* _WORK INSTRUCTIONS_: When the line containing "#100=AXIS2_PLACEMENT_3D('',#89,#26,#18);" appears in the data below, begin copying there and stop only after the line containing "#163=ORIENTED_EDGE('',*,*,#162,.T.);".

* _RECORD EXTRACTS_:
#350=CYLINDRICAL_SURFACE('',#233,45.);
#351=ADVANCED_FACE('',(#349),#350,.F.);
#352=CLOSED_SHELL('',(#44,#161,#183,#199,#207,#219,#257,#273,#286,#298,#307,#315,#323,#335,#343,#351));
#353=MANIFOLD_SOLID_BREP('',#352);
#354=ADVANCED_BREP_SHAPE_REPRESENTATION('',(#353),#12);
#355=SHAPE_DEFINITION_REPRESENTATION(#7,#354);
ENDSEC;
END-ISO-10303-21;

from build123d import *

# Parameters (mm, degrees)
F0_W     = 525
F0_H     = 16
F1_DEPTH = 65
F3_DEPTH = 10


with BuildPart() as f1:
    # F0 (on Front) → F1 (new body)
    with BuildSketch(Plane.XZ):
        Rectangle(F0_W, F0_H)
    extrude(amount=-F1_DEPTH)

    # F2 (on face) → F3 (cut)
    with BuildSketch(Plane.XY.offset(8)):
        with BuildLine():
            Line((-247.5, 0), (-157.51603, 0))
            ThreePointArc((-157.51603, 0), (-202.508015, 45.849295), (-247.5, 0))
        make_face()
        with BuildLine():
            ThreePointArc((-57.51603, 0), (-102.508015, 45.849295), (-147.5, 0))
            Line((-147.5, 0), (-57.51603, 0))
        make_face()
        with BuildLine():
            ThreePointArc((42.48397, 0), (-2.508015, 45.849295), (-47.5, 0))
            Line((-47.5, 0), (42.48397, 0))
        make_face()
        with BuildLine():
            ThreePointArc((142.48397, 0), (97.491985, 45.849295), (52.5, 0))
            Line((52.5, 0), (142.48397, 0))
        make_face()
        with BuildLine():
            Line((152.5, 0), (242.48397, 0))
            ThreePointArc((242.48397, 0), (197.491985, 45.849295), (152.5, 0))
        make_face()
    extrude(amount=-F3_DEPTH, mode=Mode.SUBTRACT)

...

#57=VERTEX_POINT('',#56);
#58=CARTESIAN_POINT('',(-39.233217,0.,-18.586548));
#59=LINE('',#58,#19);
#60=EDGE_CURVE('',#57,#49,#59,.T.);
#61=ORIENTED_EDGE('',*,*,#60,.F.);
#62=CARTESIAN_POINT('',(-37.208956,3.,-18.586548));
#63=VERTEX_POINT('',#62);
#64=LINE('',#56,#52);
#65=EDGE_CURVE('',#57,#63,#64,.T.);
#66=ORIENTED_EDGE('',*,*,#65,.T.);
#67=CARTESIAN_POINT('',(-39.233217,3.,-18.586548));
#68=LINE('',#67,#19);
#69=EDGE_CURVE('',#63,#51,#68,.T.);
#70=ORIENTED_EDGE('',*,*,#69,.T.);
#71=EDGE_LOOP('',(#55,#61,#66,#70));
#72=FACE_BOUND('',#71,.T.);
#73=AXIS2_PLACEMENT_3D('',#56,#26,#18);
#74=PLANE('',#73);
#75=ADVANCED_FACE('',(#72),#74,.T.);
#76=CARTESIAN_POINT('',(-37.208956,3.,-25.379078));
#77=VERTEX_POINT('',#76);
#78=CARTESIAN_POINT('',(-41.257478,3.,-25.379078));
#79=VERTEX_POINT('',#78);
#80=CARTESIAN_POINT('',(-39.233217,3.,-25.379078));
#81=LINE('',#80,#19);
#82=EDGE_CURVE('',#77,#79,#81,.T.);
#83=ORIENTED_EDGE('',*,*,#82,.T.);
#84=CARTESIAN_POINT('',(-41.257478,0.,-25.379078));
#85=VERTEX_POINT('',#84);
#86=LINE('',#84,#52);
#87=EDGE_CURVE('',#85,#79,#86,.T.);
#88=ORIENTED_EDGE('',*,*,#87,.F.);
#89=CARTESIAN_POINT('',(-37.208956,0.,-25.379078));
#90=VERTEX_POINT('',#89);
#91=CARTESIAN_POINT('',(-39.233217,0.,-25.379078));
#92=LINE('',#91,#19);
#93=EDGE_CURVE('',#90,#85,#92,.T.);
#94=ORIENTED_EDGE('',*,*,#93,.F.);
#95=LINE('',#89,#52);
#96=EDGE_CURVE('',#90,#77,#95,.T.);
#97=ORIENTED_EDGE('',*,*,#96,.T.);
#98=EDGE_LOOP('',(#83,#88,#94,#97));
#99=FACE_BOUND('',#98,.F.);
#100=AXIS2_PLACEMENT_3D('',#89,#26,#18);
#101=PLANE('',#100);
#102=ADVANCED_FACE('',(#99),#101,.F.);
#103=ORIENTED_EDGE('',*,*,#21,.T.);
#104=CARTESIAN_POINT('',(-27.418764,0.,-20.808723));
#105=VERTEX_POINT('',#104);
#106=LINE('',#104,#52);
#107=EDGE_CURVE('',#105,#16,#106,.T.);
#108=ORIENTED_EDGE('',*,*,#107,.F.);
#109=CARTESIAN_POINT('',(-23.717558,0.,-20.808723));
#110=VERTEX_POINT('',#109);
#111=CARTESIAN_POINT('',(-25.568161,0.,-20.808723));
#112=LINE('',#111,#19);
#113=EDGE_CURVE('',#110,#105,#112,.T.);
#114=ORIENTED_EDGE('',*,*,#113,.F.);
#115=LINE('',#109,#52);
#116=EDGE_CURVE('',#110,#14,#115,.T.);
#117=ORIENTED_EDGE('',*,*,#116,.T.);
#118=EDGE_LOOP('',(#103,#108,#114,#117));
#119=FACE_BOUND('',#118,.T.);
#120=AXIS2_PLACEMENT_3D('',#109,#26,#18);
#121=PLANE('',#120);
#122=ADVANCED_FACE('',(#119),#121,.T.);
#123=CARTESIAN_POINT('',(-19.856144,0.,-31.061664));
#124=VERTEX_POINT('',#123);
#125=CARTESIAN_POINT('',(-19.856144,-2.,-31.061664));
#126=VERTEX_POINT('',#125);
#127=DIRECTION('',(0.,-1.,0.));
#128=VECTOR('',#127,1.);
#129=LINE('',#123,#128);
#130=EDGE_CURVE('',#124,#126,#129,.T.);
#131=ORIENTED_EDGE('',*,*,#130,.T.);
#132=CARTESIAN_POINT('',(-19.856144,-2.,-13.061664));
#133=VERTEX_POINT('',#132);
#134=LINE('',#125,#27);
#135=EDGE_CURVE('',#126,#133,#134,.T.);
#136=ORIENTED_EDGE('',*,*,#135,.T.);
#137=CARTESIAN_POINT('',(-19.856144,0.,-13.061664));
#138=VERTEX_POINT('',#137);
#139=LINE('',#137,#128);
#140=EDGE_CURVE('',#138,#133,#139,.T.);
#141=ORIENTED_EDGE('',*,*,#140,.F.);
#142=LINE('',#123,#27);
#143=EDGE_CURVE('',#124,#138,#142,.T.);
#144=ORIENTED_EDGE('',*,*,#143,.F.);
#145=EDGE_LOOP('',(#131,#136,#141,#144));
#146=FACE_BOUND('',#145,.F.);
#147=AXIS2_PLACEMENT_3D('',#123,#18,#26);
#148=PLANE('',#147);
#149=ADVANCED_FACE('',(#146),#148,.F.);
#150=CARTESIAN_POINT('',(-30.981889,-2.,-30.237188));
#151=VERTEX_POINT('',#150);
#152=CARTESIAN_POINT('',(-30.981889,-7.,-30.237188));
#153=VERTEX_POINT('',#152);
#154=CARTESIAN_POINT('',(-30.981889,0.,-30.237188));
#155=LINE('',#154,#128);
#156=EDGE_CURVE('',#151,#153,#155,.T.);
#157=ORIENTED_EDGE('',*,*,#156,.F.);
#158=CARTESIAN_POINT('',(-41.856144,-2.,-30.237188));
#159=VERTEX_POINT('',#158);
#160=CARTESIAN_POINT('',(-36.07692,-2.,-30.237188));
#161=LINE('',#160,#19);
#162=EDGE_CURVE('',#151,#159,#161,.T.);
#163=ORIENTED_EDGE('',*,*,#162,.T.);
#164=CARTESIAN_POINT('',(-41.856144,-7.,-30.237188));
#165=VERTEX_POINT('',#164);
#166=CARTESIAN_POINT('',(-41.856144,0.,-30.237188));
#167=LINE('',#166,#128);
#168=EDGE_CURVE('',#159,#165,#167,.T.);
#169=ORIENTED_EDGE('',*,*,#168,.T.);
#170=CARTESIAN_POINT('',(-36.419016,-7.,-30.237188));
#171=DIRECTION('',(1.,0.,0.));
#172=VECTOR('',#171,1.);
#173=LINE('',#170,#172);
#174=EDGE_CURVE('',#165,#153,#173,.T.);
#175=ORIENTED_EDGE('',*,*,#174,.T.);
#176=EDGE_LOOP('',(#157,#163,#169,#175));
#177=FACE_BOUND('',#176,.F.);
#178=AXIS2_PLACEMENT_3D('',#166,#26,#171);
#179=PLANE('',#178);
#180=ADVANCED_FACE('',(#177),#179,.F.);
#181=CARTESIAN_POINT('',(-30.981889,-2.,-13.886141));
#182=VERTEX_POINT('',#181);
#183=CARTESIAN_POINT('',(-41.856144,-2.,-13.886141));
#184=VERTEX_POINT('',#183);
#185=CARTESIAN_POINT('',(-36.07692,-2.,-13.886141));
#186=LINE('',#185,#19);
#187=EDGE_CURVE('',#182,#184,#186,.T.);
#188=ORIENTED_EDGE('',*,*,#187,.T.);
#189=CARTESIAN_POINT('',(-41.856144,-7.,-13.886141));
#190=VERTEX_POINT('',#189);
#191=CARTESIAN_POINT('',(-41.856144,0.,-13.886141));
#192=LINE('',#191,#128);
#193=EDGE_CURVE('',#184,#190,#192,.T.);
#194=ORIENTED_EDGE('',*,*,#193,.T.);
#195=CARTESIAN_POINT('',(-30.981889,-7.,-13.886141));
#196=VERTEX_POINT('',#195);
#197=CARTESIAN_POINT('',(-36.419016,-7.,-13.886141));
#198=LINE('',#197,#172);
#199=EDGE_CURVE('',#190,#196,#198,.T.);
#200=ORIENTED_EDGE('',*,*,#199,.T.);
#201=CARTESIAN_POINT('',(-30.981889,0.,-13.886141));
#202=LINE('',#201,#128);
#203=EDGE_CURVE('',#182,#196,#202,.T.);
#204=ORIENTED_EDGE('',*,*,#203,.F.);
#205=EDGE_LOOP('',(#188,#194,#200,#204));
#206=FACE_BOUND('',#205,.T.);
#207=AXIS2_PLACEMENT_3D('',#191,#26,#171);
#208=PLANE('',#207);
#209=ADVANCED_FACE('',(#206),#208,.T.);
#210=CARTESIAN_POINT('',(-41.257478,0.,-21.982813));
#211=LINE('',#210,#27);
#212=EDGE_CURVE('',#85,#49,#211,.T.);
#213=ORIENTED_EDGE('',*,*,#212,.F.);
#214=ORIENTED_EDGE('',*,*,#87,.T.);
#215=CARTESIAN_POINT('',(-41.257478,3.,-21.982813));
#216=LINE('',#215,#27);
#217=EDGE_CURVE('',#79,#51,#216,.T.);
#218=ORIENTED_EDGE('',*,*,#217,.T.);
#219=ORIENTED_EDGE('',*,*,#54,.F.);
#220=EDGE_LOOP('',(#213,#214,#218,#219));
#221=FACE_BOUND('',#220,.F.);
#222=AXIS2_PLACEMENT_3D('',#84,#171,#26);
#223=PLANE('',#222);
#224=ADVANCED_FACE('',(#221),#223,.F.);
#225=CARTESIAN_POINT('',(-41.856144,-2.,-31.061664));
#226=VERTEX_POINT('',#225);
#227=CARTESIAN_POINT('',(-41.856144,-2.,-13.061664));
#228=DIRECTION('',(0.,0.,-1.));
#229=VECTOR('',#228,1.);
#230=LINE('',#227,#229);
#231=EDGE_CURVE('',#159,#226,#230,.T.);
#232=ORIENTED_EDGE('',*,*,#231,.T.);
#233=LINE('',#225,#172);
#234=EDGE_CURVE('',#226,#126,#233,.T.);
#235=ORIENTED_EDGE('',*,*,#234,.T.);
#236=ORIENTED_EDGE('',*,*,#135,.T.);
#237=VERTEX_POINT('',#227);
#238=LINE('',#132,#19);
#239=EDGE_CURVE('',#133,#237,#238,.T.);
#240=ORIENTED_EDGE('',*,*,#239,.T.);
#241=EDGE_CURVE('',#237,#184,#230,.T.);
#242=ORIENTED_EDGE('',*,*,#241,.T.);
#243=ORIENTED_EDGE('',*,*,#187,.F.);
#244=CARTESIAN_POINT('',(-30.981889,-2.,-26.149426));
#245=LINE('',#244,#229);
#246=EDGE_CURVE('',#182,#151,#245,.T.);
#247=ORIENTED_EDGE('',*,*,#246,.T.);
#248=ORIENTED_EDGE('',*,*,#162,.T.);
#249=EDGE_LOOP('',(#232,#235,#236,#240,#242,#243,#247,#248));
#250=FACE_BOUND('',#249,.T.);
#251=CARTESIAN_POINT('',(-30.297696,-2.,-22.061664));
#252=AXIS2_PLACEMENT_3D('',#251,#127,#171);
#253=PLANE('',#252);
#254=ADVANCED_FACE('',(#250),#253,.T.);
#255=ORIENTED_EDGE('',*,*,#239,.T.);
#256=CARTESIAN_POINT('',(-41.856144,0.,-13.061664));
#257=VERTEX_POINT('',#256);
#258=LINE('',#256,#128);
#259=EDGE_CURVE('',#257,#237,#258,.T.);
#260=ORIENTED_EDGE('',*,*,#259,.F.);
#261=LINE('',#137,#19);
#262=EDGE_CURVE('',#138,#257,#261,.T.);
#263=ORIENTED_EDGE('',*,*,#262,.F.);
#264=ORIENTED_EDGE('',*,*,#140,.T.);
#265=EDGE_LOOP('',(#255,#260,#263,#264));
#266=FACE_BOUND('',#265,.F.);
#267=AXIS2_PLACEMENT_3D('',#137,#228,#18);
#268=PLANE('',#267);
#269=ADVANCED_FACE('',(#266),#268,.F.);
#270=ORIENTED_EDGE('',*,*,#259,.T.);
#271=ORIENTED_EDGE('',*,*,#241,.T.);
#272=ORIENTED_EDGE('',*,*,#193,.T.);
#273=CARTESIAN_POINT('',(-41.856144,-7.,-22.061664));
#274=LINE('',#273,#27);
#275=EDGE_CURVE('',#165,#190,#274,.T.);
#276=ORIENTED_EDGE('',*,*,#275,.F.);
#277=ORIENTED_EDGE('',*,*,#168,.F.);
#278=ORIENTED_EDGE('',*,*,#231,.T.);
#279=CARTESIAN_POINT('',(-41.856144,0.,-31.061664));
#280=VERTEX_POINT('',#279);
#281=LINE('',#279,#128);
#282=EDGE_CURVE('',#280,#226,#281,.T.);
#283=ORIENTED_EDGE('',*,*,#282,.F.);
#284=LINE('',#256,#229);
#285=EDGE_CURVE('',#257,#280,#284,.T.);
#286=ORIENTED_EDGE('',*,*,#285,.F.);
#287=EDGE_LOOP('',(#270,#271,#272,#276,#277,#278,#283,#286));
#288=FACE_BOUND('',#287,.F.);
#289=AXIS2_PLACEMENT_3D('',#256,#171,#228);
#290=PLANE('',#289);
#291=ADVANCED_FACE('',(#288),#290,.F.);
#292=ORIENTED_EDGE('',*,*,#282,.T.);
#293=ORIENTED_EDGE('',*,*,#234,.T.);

* _TASK RESPONSE_:
#100=AXIS2_PLACEMENT_3D('',#89,#26,#18);
#101=PLANE('',#100);
#102=ADVANCED_FACE('',(#99),#101,.F.);
#103=ORIENTED_EDGE('',*,*,#21,.T.);
#104=CARTESIAN_POINT('',(-27.418764,0.,-20.808723));
#105=VERTEX_POINT('',#104);
#106=LINE('',#104,#52);
#107=EDGE_CURVE('',#105,#16,#106,.T.);
#108=ORIENTED_EDGE('',*,*,#107,.F.);
#109=CARTESIAN_POINT('',(-23.717558,0.,-20.808723));
#110=VERTEX_POINT('',#109);
#111=CARTESIAN_POINT('',(-25.568161,0.,-20.808723));
#112=LINE('',#111,#19);
#113=EDGE_CURVE('',#110,#105,#112,.T.);
#114=ORIENTED_EDGE('',*,*,#113,.F.);
#115=LINE('',#109,#52);
#116=EDGE_CURVE('',#110,#14,#115,.T.);
#117=ORIENTED_EDGE('',*,*,#116,.T.);
#118=EDGE_LOOP('',(#103,#108,#114,#117));
#119=FACE_BOUND('',#118,.T.);
#120=AXIS2_PLACEMENT_3D('',#109,#26,#18);
#121=PLANE('',#120);
#122=ADVANCED_FACE('',(#119),#121,.T.);
#123=CARTESIAN_POINT('',(-19.856144,0.,-31.061664));
#124=VERTEX_POINT('',#123);
#125=CARTESIAN_POINT('',(-19.856144,-2.,-31.061664));
#126=VERTEX_POINT('',#125);
#127=DIRECTION('',(0.,-1.,0.));
#128=VECTOR('',#127,1.);
#129=LINE('',#123,#128);
#130=EDGE_CURVE('',#124,#126,#129,.T.);
#131=ORIENTED_EDGE('',*,*,#130,.T.);
#132=CARTESIAN_POINT('',(-19.856144,-2.,-13.061664));
#133=VERTEX_POINT('',#132);
#134=LINE('',#125,#27);
#135=EDGE_CURVE('',#126,#133,#134,.T.);
#136=ORIENTED_EDGE('',*,*,#135,.T.);
#137=CARTESIAN_POINT('',(-19.856144,0.,-13.061664));
#138=VERTEX_POINT('',#137);
#139=LINE('',#137,#128);
#140=EDGE_CURVE('',#138,#133,#139,.T.);
#141=ORIENTED_EDGE('',*,*,#140,.F.);
#142=LINE('',#123,#27);
#143=EDGE_CURVE('',#124,#138,#142,.T.);
#144=ORIENTED_EDGE('',*,*,#143,.F.);
#145=EDGE_LOOP('',(#131,#136,#141,#144));
#146=FACE_BOUND('',#145,.F.);
#147=AXIS2_PLACEMENT_3D('',#123,#18,#26);
#148=PLANE('',#147);
#149=ADVANCED_FACE('',(#146),#148,.F.);
#150=CARTESIAN_POINT('',(-30.981889,-2.,-30.237188));
#151=VERTEX_POINT('',#150);
#152=CARTESIAN_POINT('',(-30.981889,-7.,-30.237188));
#153=VERTEX_POINT('',#152);
#154=CARTESIAN_POINT('',(-30.981889,0.,-30.237188));
#155=LINE('',#154,#128);
#156=EDGE_CURVE('',#151,#153,#155,.T.);
#157=ORIENTED_EDGE('',*,*,#156,.F.);
#158=CARTESIAN_POINT('',(-41.856144,-2.,-30.237188));
#159=VERTEX_POINT('',#158);
#160=CARTESIAN_POINT('',(-36.07692,-2.,-30.237188));
#161=LINE('',#160,#19);
#162=EDGE_CURVE('',#151,#159,#161,.T.);
#163=ORIENTED_EDGE('',*,*,#162,.T.);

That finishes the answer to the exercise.